Sets the size of the noise. Values greater than 1 will push the displacement outwards and less than 1 will bring the displacement in towards the center of the branch.

Shape

Adds length creases, following the direction of the spine, to break up the branch radius. This property is useful for adding detail into the branch without having to import a displacement map.

Amount

Sets the strength of displacement that creates the creases.

Twist

Sets the amount of rotation of the spine that is applied to the shape displacement. The rotation begins from the base.

Scale

Scales the noise pattern.

Seed

Varies the shape noise.

Flares

Flares are a special type of displacement designed to simulate the bottom of a trunk as it expands into the underground root system.

Radius

Sets the maximum amount of any flare displacement (expressed as a multiple of the branch radius).

Noise scale

Flares are computed based on a noise pattern. Use this value to scale the pattern.

Height

Sets the distance the flare extends up the spine of each branch.

Pinch

Sets the amount the flares should be pulled in towards the center spine. A value of 1.0 means that there is no spread in the base of the flares.

Angle

Rotates the flares of the branch around the center spine.

Seed

Varies the flare noise pattern.

Dynamic LOD

The Dynamic LOD System automatically creates multiple levels of detail for a model. The purpose is to allow the model to degrade in detail in real-time applications. This should not be confused with Resolution, which is designed to set the polygonal resolution of a model exported for VFX use.

Weight

Influences how likely nodes in this generator will be kept during LOD computations. The generator with the higher value will have priority over the other generators of the same type.

Optimization

Increases the length segment optimization property for each successive LOD state. Use this to dynamically reduce length segments based on curvature.

Length segments

Scales back the number of length segments for each successive LOD.

Radial segments

Scales back the number of radial segments for each successive LOD.

Features

Scales back the number of feature segments for each successive LOD.

Wind

The properties in this group control the wind behavior of the branch. There are separate settings for VFX, Games, Legacy UE4/Unity, and Lumberyard.

Apply

Applies wind at this level. This property can be ignored if the available wind levels are already taken. When wind is enabled, the generator icon in the Generation Editor will show the wind level ultimately assigned to this generator based on the hierarchy.

Weight

Controls how the wind weight is computed for this branch.

Inherited weight scale

Use this property to exaggerate the weight of “anatomical” calculations.

Level offset

In multi-level wind algorithms, this value will cause the assigned wind level to increase by this amount. This feature is useful in situations like assigning twigs to trunks. This happens frequently in nature, and you'll want to make sure the twigs animate like other twigs farther down the hierarchy.

Style

Choose the method by which weight is computed.

Property Description
Absolute Weight is computed without regard for any of the branches that came before it.
Anatomical Weight is computed based on the anatomy of the model.

Value

The strength of the wind effect on this set of nodes. This value is a multiplier of the motion values set for the corresponding level on the Fan.

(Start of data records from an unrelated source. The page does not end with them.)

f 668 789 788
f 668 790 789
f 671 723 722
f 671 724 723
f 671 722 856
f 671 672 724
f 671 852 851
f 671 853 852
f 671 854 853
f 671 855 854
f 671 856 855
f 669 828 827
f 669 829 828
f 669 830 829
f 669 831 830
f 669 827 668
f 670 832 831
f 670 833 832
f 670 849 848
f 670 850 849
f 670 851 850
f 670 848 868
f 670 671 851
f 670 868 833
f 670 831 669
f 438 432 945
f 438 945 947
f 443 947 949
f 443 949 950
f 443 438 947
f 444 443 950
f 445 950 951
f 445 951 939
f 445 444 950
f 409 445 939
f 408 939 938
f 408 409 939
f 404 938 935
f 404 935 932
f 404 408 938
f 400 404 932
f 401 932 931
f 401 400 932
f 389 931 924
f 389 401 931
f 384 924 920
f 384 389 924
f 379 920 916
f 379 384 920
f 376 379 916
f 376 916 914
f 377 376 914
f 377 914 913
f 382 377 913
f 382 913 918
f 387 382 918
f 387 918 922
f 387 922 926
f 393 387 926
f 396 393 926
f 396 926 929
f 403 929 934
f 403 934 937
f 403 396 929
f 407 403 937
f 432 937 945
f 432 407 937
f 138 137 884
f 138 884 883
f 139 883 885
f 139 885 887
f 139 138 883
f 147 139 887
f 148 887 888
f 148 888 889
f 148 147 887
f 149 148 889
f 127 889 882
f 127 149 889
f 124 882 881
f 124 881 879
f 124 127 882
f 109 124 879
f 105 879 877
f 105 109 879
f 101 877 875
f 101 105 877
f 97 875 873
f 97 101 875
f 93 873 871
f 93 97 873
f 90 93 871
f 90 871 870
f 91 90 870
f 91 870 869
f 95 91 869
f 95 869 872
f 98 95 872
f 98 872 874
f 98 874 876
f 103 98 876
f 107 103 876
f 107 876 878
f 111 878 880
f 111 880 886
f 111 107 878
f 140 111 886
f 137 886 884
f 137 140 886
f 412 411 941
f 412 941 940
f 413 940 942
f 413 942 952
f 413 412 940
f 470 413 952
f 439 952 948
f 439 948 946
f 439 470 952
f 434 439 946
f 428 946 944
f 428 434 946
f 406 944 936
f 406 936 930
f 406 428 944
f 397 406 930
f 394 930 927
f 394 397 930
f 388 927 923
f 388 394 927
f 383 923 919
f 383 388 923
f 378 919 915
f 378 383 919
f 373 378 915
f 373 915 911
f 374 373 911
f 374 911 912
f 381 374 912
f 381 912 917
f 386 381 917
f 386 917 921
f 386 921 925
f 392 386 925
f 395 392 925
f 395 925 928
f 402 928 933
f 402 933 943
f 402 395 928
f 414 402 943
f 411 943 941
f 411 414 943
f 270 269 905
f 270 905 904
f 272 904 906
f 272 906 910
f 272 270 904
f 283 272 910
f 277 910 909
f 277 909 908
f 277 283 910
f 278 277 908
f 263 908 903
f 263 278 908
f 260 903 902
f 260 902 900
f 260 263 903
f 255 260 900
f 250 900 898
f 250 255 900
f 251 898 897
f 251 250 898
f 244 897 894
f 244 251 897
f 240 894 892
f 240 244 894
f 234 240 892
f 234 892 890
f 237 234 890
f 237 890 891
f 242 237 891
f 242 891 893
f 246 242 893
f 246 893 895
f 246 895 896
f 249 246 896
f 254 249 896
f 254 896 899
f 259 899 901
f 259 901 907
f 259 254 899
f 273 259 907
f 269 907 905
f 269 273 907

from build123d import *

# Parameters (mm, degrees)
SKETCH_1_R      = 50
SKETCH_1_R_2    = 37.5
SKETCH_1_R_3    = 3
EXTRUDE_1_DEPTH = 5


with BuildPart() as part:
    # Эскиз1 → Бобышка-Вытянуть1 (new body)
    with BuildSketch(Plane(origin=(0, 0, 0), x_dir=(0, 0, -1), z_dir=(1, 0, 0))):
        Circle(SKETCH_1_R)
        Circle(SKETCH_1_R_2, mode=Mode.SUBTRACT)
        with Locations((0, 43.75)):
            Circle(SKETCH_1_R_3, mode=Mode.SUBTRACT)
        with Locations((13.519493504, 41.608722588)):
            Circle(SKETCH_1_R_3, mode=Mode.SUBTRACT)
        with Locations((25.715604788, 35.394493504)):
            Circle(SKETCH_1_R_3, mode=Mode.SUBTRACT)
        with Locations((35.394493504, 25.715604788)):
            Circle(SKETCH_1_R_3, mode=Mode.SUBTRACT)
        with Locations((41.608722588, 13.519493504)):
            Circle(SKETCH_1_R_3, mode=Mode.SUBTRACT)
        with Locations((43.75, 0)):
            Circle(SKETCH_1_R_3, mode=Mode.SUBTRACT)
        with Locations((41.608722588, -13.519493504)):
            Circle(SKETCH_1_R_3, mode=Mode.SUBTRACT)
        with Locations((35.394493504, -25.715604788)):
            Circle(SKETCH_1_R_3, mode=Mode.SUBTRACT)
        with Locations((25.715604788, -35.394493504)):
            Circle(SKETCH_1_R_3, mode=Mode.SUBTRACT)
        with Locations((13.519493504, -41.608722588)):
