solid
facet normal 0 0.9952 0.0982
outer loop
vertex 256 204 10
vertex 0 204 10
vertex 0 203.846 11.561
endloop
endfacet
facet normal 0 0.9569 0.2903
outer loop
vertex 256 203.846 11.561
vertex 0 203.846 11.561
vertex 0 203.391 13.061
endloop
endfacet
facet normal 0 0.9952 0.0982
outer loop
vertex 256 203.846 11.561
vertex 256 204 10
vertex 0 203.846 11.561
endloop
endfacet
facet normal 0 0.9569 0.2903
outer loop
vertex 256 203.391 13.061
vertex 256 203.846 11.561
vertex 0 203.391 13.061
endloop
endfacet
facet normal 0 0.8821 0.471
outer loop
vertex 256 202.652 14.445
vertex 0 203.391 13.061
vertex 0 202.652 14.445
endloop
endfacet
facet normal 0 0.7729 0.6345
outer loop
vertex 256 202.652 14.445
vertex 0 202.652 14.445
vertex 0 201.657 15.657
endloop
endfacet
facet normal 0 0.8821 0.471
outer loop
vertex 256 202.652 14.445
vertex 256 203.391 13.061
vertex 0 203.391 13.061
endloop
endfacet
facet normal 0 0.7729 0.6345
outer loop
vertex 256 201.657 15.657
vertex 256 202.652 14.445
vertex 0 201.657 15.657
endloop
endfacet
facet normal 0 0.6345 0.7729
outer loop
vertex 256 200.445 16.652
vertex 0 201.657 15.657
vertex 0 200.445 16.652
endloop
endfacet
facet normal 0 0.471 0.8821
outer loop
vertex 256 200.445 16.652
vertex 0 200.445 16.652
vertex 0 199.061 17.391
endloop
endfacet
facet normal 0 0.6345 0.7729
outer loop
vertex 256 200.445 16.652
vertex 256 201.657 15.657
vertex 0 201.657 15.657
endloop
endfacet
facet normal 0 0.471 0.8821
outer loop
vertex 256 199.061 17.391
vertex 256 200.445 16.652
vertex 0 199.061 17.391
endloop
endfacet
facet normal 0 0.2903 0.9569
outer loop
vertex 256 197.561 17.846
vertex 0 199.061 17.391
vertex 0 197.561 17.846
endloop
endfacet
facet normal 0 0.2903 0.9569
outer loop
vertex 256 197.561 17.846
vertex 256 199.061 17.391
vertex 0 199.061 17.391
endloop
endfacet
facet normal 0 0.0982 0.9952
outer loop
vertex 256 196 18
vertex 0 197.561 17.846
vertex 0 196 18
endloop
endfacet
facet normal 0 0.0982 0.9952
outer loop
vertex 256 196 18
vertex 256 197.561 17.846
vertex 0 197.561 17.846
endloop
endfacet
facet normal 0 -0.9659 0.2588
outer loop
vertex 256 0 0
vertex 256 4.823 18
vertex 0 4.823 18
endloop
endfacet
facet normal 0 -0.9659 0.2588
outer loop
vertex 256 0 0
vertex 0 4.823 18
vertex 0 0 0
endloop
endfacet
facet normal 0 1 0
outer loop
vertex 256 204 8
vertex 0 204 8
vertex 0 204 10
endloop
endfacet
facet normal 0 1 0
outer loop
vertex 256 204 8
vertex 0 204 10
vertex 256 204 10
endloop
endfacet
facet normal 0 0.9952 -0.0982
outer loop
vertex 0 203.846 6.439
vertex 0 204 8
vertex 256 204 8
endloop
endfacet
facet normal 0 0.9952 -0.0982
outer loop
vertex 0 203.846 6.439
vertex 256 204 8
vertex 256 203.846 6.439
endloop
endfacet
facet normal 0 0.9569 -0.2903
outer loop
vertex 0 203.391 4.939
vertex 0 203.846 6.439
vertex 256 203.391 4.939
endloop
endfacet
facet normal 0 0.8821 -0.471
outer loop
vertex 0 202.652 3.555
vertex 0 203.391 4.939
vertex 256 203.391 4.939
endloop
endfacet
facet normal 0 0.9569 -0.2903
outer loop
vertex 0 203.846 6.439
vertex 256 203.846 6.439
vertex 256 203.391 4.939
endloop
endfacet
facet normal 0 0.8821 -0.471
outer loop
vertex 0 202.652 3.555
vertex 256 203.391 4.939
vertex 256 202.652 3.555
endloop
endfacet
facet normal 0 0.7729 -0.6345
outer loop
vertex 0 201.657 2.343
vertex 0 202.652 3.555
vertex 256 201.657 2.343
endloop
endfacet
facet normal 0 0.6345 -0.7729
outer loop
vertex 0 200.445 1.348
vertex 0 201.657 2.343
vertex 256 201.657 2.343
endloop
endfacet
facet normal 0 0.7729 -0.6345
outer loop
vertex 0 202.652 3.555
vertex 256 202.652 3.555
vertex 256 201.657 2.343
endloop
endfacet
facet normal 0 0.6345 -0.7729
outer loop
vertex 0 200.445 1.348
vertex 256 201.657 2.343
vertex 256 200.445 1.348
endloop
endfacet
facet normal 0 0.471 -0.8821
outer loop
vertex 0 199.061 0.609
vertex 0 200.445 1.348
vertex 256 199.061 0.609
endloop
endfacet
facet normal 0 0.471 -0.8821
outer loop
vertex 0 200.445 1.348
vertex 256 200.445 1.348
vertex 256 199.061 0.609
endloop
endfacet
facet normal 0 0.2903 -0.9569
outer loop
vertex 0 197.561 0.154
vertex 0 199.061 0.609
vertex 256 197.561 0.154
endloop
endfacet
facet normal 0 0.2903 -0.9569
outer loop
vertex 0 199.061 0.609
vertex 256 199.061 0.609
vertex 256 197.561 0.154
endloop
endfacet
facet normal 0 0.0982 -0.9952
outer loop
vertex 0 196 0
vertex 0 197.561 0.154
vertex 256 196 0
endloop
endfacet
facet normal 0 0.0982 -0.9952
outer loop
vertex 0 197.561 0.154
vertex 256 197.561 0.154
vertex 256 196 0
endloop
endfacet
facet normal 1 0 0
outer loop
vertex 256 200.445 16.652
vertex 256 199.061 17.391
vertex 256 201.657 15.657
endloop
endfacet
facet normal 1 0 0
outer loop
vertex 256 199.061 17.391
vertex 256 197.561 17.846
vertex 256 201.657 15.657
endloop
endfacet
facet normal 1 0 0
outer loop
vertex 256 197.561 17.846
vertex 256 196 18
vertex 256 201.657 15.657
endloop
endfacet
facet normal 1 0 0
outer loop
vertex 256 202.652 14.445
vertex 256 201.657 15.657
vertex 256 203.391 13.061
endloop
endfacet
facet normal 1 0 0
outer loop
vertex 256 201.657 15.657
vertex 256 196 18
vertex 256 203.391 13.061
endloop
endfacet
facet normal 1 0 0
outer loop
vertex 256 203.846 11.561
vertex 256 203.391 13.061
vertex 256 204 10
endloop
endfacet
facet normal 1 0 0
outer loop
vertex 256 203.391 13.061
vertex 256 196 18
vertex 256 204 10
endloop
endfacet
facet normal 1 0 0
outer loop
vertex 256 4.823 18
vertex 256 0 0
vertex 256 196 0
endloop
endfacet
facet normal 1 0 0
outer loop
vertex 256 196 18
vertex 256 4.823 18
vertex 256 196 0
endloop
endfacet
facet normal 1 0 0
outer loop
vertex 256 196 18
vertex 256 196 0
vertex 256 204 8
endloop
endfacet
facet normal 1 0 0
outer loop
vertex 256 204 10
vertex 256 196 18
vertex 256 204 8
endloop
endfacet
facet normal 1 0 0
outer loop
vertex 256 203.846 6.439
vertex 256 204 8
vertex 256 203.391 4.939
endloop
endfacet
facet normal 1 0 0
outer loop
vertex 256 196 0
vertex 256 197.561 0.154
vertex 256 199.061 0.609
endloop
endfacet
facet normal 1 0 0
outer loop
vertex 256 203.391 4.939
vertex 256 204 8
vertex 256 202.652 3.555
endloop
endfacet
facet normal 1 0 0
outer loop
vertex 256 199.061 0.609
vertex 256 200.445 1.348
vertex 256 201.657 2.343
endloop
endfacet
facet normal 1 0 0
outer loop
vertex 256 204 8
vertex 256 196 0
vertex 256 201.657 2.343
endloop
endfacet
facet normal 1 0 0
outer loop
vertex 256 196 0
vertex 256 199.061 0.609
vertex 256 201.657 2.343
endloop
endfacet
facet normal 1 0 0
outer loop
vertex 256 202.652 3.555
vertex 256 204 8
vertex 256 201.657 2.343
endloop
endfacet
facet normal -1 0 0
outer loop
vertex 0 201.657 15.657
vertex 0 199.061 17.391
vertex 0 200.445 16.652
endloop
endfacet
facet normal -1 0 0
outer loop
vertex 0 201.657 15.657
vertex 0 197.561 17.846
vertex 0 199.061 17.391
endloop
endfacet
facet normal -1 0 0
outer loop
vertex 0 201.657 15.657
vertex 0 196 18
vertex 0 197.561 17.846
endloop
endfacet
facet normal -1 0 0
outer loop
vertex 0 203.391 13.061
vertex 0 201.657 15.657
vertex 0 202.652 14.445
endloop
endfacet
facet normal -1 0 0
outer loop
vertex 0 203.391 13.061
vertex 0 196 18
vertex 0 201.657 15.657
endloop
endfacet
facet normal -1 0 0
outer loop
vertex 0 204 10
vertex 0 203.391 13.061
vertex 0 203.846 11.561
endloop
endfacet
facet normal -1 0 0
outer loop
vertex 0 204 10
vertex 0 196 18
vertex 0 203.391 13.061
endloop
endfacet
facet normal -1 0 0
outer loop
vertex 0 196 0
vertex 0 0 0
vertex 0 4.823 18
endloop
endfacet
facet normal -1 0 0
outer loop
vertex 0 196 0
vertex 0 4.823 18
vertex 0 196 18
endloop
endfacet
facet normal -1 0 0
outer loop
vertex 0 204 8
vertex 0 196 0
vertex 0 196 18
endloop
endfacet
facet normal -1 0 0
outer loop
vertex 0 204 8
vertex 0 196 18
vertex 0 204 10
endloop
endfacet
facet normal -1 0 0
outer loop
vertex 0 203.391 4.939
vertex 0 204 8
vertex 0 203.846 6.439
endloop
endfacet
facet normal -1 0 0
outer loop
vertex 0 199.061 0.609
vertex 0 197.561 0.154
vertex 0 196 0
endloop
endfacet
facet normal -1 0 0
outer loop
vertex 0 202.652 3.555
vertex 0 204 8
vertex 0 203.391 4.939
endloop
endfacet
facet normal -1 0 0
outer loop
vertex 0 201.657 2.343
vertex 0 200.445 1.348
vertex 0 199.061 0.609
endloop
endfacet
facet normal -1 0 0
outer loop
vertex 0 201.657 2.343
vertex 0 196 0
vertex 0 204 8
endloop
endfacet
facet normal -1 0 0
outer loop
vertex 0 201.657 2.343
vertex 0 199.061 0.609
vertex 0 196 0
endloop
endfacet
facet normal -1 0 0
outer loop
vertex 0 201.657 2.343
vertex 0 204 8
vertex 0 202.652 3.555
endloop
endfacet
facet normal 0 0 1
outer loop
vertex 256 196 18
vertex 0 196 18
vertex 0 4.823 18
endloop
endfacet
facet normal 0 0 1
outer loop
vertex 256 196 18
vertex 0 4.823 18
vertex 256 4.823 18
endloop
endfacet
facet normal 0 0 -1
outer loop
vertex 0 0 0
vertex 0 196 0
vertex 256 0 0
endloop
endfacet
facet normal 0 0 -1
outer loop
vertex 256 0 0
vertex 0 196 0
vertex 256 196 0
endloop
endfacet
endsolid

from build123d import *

# Parameters (mm, degrees)
ESQUISSE1_W                  = 256
ESQUISSE1_H                  = 204
BOSS_EXTRU_1_DEPTH           = 18
CONG_1_R                     = 8
ENL_V_MAT_EXTRU_2_DEPTH      = 328.835324515
ENL_V_MAT_EXTRU_2_DEPTH_BACK = 328.835324515


with BuildPart() as part:
    # Esquisse1 → Boss.-Extru.1 (new body)
    with BuildSketch(Plane.XY):
        with Locations((128, 102)):
            Rectangle(ESQUISSE1_W, ESQUISSE1_H)
    extrude(amount=BOSS_EXTRU_1_DEPTH)

    # Congé1
    cong_1_edges = [part.edges().sort_by_distance(p)[0] for p in [
        (128, 204, 18),
        (128, 204, 0),
    ]]
    fillet(cong_1_edges, radius=CONG_1_R)

    # Esquisse4 → Enlèv. mat.-Extru.2 (cut, two sides: drawn at the far end of the back side and taken through both)
    with BuildSketch(Plane(origin=(256, 0, 0), x_dir=(0, 0, -1), z_dir=(1, 0, 0)).offset(-ENL_V_MAT_EXTRU_2_DEPTH_BACK)):
        Polygon((0, 0), (-18, 0), (-18, 4.823085464), align=None)
    extrude(amount=ENL_V_MAT_EXTRU_2_DEPTH + ENL_V_MAT_EXTRU_2_DEPTH_BACK, mode=Mode.SUBTRACT)


solid = part.part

Note: The left-hand side of the profile curve must be zero to avoid branch disconnections.

Amount

This property sets the amount per unit length of weight applied to the branch. This value is added to the weight value where each branch is connected to its parent.

Season

The properties in this group provide the mechanism by which assigned materials can change with the Seasons slider.

Note: Although season changes on branches aren't usually that noticeable, you can use this mechanism to switch to burnt barks, barks with or without lichen, or any other variation you'd like to be housed in the same model.

Start offset

Determines when the branch will start to transition. The default value of 0.0 means it will start immediately (higher values delay the start, lower values make it start sooner).

Time scale

Controls how long it will take to complete its transition. The default value of 1.0 means one year.

Descendant offset

Applies an offset, based on the value entered, to the spines. So if a value of 0.2 is set, then the nodes along with their children will be offset by that amount.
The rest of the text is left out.